━━━ GIVEN RECORDS
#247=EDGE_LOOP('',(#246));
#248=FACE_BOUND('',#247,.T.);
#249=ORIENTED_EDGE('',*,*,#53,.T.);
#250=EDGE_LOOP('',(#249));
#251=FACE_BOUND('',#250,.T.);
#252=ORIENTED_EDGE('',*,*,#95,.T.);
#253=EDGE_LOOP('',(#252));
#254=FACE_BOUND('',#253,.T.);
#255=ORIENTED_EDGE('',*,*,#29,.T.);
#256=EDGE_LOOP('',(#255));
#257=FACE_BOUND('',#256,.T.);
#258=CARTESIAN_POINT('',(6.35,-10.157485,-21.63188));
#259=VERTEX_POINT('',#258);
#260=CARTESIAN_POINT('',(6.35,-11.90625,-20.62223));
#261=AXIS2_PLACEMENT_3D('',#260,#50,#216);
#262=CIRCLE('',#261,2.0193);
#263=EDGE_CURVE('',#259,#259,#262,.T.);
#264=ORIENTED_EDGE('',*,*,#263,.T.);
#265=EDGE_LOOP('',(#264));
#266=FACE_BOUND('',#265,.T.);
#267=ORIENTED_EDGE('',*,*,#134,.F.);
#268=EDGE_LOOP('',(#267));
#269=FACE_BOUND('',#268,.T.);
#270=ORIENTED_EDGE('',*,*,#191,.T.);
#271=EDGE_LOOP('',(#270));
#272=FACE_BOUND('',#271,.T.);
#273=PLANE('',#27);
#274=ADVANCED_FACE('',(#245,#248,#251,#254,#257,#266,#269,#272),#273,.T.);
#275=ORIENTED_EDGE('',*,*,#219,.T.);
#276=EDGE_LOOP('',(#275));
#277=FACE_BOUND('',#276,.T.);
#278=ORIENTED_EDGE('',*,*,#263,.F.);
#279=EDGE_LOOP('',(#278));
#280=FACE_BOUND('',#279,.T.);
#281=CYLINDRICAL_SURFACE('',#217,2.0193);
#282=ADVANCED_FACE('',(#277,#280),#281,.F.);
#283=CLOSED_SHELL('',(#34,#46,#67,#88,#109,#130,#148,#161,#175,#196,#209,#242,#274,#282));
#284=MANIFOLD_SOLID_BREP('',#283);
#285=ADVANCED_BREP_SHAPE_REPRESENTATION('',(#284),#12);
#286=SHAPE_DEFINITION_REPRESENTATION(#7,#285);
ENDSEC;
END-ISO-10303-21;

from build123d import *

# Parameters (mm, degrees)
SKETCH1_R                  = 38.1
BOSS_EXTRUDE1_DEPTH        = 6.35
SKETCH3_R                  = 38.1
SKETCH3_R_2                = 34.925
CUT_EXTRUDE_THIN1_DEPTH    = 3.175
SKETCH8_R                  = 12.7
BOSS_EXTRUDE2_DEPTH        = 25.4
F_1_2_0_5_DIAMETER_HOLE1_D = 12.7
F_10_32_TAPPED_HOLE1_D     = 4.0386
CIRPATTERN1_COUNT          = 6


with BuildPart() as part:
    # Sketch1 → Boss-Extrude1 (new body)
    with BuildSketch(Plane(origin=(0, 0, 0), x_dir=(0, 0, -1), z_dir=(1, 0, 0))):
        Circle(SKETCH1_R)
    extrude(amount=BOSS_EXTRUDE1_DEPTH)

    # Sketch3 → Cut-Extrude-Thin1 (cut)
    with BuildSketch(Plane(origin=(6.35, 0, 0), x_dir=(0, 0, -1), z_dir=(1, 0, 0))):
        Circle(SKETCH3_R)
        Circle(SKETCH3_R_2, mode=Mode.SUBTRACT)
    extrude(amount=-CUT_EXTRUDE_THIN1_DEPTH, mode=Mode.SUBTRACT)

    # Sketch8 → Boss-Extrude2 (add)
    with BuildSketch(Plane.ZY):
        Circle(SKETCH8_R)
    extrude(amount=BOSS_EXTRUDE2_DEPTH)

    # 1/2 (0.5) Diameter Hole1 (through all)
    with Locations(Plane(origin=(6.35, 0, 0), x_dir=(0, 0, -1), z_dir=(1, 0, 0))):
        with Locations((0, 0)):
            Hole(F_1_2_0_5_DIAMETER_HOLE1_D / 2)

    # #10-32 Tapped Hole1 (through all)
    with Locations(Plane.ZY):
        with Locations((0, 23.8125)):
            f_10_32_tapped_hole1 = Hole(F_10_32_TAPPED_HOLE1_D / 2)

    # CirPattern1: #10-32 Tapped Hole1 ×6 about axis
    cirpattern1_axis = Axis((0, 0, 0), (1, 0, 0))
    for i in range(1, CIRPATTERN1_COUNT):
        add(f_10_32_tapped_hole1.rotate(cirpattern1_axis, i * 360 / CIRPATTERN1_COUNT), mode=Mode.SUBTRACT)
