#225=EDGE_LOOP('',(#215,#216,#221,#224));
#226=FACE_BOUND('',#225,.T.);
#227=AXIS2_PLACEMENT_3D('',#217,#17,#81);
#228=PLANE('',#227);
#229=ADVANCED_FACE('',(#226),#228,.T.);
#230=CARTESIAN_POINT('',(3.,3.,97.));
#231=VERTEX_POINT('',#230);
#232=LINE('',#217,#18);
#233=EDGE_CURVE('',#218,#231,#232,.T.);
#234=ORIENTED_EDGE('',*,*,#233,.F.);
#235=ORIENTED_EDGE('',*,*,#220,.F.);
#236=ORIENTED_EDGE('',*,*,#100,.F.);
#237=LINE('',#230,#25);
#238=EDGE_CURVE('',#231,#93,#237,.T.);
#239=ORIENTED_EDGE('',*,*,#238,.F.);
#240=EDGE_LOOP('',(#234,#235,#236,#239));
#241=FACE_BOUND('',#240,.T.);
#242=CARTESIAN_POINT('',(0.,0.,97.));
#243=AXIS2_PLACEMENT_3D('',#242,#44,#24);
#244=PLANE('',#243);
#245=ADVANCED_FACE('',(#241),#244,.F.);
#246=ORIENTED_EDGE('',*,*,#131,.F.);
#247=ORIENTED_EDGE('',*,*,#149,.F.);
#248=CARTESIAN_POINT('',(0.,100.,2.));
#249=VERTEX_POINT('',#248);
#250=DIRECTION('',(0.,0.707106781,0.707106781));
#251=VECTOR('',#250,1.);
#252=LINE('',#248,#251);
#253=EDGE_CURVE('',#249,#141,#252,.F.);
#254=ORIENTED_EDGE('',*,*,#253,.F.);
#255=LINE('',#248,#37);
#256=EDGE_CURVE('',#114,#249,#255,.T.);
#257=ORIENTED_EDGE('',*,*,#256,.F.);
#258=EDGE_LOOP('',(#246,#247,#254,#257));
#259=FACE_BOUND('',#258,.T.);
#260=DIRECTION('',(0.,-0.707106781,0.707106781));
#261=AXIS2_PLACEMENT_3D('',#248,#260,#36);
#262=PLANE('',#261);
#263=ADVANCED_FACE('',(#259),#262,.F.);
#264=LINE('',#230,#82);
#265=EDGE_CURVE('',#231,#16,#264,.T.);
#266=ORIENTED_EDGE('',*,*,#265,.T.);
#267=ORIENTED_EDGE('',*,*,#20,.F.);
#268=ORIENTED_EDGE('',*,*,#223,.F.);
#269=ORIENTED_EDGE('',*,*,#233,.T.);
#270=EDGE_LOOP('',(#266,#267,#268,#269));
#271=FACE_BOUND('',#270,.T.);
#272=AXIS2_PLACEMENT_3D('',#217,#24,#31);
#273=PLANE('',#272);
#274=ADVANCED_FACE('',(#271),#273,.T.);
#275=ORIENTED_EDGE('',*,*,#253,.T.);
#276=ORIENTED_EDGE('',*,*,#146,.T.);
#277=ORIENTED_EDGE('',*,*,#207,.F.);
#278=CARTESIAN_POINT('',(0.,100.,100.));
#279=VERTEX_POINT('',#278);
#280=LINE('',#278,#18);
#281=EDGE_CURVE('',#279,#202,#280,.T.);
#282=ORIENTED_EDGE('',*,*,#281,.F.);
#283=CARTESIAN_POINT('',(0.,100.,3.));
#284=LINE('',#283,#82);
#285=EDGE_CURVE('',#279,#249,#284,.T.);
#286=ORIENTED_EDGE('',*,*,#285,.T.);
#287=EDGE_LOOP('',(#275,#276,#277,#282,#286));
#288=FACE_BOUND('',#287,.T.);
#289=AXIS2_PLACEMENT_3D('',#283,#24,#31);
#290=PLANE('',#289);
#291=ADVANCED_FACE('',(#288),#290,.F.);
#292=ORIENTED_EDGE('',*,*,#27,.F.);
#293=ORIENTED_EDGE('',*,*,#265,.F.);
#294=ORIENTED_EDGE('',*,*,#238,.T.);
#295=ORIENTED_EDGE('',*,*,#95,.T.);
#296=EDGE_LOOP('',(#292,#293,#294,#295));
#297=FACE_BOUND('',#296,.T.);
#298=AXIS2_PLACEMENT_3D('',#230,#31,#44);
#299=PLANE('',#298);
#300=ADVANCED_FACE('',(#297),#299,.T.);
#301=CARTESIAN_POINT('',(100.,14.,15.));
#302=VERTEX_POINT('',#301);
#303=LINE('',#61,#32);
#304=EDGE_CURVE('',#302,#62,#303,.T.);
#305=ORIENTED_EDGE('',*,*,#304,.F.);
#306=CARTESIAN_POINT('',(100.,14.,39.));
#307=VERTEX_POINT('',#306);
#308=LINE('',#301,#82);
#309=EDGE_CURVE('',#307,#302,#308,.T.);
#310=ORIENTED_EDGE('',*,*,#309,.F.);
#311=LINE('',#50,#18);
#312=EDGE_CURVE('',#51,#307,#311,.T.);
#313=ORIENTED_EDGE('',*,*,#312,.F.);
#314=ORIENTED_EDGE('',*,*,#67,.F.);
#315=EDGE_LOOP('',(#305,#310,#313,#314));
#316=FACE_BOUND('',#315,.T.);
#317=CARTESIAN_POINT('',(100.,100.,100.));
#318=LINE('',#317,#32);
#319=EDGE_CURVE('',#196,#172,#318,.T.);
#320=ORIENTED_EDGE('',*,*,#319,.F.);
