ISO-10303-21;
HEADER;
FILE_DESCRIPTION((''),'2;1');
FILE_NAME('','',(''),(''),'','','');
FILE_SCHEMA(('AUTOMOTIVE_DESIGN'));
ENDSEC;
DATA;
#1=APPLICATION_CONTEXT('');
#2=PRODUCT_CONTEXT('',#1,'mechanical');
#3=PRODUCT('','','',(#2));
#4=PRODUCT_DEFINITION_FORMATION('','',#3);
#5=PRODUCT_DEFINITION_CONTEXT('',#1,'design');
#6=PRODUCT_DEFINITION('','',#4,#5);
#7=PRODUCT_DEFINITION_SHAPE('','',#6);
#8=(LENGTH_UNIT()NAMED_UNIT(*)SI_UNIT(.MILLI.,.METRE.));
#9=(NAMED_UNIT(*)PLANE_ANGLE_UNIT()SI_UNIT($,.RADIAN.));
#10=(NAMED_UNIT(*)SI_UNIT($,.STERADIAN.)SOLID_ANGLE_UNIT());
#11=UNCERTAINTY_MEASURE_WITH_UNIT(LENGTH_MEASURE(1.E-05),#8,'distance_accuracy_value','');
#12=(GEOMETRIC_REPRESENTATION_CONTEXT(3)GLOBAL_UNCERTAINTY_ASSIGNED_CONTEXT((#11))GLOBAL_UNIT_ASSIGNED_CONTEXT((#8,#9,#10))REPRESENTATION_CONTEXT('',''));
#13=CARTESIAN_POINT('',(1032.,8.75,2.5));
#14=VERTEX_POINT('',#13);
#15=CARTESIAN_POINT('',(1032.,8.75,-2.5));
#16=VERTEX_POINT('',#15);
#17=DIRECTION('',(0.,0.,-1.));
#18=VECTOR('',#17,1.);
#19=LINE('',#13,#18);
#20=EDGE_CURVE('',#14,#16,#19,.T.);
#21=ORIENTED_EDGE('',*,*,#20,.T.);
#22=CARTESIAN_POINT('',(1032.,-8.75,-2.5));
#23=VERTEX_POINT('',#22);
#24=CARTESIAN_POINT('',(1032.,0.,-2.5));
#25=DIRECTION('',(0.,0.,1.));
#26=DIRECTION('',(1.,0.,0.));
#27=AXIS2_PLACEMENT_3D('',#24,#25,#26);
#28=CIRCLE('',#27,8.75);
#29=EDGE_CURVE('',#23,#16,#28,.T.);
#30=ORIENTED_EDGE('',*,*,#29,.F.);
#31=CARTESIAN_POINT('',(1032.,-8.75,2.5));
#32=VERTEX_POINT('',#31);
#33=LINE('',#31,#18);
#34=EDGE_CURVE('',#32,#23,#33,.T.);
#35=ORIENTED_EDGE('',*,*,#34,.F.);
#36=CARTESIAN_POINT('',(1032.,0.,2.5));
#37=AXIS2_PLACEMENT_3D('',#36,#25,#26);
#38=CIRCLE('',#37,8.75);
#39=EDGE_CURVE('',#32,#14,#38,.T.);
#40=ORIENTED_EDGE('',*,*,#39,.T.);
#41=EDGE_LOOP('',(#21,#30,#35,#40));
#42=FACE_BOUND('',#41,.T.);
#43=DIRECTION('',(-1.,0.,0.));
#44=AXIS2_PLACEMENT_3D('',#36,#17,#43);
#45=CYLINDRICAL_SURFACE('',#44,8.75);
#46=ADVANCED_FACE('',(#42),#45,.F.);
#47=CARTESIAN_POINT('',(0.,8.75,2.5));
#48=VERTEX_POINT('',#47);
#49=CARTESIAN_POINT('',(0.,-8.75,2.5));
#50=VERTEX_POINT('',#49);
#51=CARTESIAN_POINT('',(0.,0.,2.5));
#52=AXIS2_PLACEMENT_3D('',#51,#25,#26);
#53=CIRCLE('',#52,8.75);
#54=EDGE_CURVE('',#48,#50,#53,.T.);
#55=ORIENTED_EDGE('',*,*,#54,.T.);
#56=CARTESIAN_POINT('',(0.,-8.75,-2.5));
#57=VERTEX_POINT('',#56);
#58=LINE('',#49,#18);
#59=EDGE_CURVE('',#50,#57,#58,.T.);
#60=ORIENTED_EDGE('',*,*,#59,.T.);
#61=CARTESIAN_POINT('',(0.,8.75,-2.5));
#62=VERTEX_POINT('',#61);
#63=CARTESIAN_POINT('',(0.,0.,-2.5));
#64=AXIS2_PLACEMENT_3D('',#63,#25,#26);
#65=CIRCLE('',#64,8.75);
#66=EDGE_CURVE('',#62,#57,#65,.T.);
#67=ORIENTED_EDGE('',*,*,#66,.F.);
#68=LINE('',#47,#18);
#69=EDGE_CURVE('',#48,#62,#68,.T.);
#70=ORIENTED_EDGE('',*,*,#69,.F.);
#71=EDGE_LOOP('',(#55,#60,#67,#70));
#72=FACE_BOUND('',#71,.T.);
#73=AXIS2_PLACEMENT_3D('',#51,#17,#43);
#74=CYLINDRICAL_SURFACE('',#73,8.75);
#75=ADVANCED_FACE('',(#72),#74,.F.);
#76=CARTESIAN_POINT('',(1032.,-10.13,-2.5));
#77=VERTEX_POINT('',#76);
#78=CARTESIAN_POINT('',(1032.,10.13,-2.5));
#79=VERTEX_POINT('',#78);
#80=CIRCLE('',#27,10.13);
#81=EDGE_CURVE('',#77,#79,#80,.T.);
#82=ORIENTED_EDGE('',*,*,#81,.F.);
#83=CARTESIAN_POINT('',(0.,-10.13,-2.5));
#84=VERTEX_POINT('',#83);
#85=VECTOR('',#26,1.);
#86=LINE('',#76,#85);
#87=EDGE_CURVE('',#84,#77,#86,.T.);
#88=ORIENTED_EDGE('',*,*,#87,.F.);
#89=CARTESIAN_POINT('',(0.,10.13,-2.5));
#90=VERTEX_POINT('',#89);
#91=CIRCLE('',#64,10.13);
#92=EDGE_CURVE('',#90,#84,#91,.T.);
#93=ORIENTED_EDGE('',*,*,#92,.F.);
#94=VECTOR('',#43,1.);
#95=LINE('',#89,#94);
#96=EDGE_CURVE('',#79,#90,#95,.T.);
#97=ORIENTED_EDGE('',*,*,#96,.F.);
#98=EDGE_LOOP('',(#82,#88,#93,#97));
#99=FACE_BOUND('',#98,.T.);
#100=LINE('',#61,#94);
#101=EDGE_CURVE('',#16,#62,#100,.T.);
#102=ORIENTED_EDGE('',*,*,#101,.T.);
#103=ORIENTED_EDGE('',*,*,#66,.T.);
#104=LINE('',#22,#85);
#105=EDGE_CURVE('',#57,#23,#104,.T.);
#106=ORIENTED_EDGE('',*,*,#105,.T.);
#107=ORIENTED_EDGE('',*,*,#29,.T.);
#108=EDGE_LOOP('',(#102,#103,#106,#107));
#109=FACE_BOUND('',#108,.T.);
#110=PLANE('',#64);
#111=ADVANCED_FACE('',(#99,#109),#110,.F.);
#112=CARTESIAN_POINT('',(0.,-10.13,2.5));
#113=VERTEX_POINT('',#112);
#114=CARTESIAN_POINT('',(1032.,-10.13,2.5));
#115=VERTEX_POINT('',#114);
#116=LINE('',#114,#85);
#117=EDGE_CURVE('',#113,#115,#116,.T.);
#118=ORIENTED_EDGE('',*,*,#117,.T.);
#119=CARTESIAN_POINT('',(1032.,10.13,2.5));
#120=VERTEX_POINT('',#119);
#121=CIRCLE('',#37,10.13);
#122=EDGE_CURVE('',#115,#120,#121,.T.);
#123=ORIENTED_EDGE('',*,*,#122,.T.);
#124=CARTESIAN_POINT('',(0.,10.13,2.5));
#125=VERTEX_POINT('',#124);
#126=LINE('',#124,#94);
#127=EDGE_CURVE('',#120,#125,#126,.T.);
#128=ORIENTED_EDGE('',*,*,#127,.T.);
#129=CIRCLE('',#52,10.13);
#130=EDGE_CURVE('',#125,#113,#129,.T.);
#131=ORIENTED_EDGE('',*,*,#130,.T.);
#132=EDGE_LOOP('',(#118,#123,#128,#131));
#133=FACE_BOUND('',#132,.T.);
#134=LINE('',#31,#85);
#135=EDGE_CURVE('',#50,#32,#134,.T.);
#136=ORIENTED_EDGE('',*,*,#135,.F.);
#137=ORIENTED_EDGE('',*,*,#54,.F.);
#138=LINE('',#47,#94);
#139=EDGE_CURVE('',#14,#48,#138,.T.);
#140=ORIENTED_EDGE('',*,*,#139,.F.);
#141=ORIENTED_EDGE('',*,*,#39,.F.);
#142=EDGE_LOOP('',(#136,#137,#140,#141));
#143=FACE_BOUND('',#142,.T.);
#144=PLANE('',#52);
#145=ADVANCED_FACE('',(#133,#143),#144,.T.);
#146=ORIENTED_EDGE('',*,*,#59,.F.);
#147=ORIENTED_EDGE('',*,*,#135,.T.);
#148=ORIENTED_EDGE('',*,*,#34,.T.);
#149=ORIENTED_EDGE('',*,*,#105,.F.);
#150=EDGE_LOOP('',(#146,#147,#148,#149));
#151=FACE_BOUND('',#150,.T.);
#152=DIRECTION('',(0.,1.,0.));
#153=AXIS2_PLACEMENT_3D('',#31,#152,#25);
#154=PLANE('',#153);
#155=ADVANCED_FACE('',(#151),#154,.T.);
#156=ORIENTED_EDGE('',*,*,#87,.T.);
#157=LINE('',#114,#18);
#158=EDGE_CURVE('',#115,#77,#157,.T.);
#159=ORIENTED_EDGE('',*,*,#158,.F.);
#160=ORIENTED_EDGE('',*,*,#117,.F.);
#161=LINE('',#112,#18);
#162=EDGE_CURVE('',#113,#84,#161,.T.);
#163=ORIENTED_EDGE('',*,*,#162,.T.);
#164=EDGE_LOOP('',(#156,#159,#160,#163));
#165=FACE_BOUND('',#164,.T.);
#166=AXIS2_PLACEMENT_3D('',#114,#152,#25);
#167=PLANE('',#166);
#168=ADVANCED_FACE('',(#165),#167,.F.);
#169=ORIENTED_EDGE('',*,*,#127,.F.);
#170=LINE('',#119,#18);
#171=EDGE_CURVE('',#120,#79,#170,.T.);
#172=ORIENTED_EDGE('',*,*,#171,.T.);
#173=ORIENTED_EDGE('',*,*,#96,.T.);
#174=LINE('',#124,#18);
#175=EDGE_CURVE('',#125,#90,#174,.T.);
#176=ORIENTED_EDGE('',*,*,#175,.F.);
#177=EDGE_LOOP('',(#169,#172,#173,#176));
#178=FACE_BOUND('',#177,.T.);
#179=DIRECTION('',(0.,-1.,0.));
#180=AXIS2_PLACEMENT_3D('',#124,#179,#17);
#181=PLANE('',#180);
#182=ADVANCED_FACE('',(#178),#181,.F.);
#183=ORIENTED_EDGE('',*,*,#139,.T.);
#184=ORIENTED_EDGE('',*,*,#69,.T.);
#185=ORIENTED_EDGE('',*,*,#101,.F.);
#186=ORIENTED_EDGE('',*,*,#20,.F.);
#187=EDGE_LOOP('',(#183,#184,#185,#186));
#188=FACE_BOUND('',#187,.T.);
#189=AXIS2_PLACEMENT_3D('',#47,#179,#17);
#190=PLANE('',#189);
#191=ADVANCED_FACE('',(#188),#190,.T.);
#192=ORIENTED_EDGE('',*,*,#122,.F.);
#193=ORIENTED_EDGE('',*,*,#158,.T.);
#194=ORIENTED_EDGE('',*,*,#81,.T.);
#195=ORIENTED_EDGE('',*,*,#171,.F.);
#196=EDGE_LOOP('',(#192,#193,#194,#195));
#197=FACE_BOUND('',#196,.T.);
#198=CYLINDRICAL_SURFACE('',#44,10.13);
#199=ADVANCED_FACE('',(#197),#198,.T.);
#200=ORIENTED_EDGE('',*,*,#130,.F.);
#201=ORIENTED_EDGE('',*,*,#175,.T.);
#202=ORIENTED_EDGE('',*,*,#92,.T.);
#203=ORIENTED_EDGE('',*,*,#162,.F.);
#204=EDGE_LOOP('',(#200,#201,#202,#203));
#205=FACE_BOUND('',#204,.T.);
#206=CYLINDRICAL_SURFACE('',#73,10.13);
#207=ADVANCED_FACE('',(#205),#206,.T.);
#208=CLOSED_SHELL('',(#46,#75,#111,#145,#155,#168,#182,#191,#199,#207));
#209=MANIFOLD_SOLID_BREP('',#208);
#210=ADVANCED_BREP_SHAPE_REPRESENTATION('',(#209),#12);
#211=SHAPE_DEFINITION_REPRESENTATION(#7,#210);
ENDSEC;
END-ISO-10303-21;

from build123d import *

# Parameters (mm, degrees)
EXTRUDE_THIN1_DEPTH = 2.5


with BuildPart() as part:
    # Sketch1 → Extrude-Thin1 (new body, symmetric)
    with BuildSketch(Plane.XY):
        with BuildLine():
            Line((1032, -10.13), (0, -10.13))
            ThreePointArc((0, -10.13), (-10.13, 0), (0, 10.13))
            Line((0, 10.13), (1032, 10.13))
            ThreePointArc((1032, 10.13), (1042.13, 0), (1032, -10.13))
        make_face()
        with BuildLine():
            Line((1032, -8.75), (0, -8.75))
            ThreePointArc((0, -8.75), (-8.75, 0), (0, 8.75))
            Line((0, 8.75), (1032, 8.75))
            ThreePointArc((1032, 8.75), (1040.75, 0), (1032, -8.75))
        make_face(mode=Mode.SUBTRACT)
    extrude(amount=EXTRUDE_THIN1_DEPTH, both=True)


solid = part.part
━━━━━━
Filter the data for the string "origin". Copy each matching line.

    with BuildSketch(Plane(origin=(0, 0, 0), x_dir=(0, 0, -1), z_dir=(1, 0, 0))):
    with BuildSketch(Plane(origin=(6.35, 0, 0), x_dir=(0, 0, -1), z_dir=(1, 0, 0))):
    with Locations(Plane(origin=(6.35, 0, 0), x_dir=(0, 0, -1), z_dir=(1, 0, 0))):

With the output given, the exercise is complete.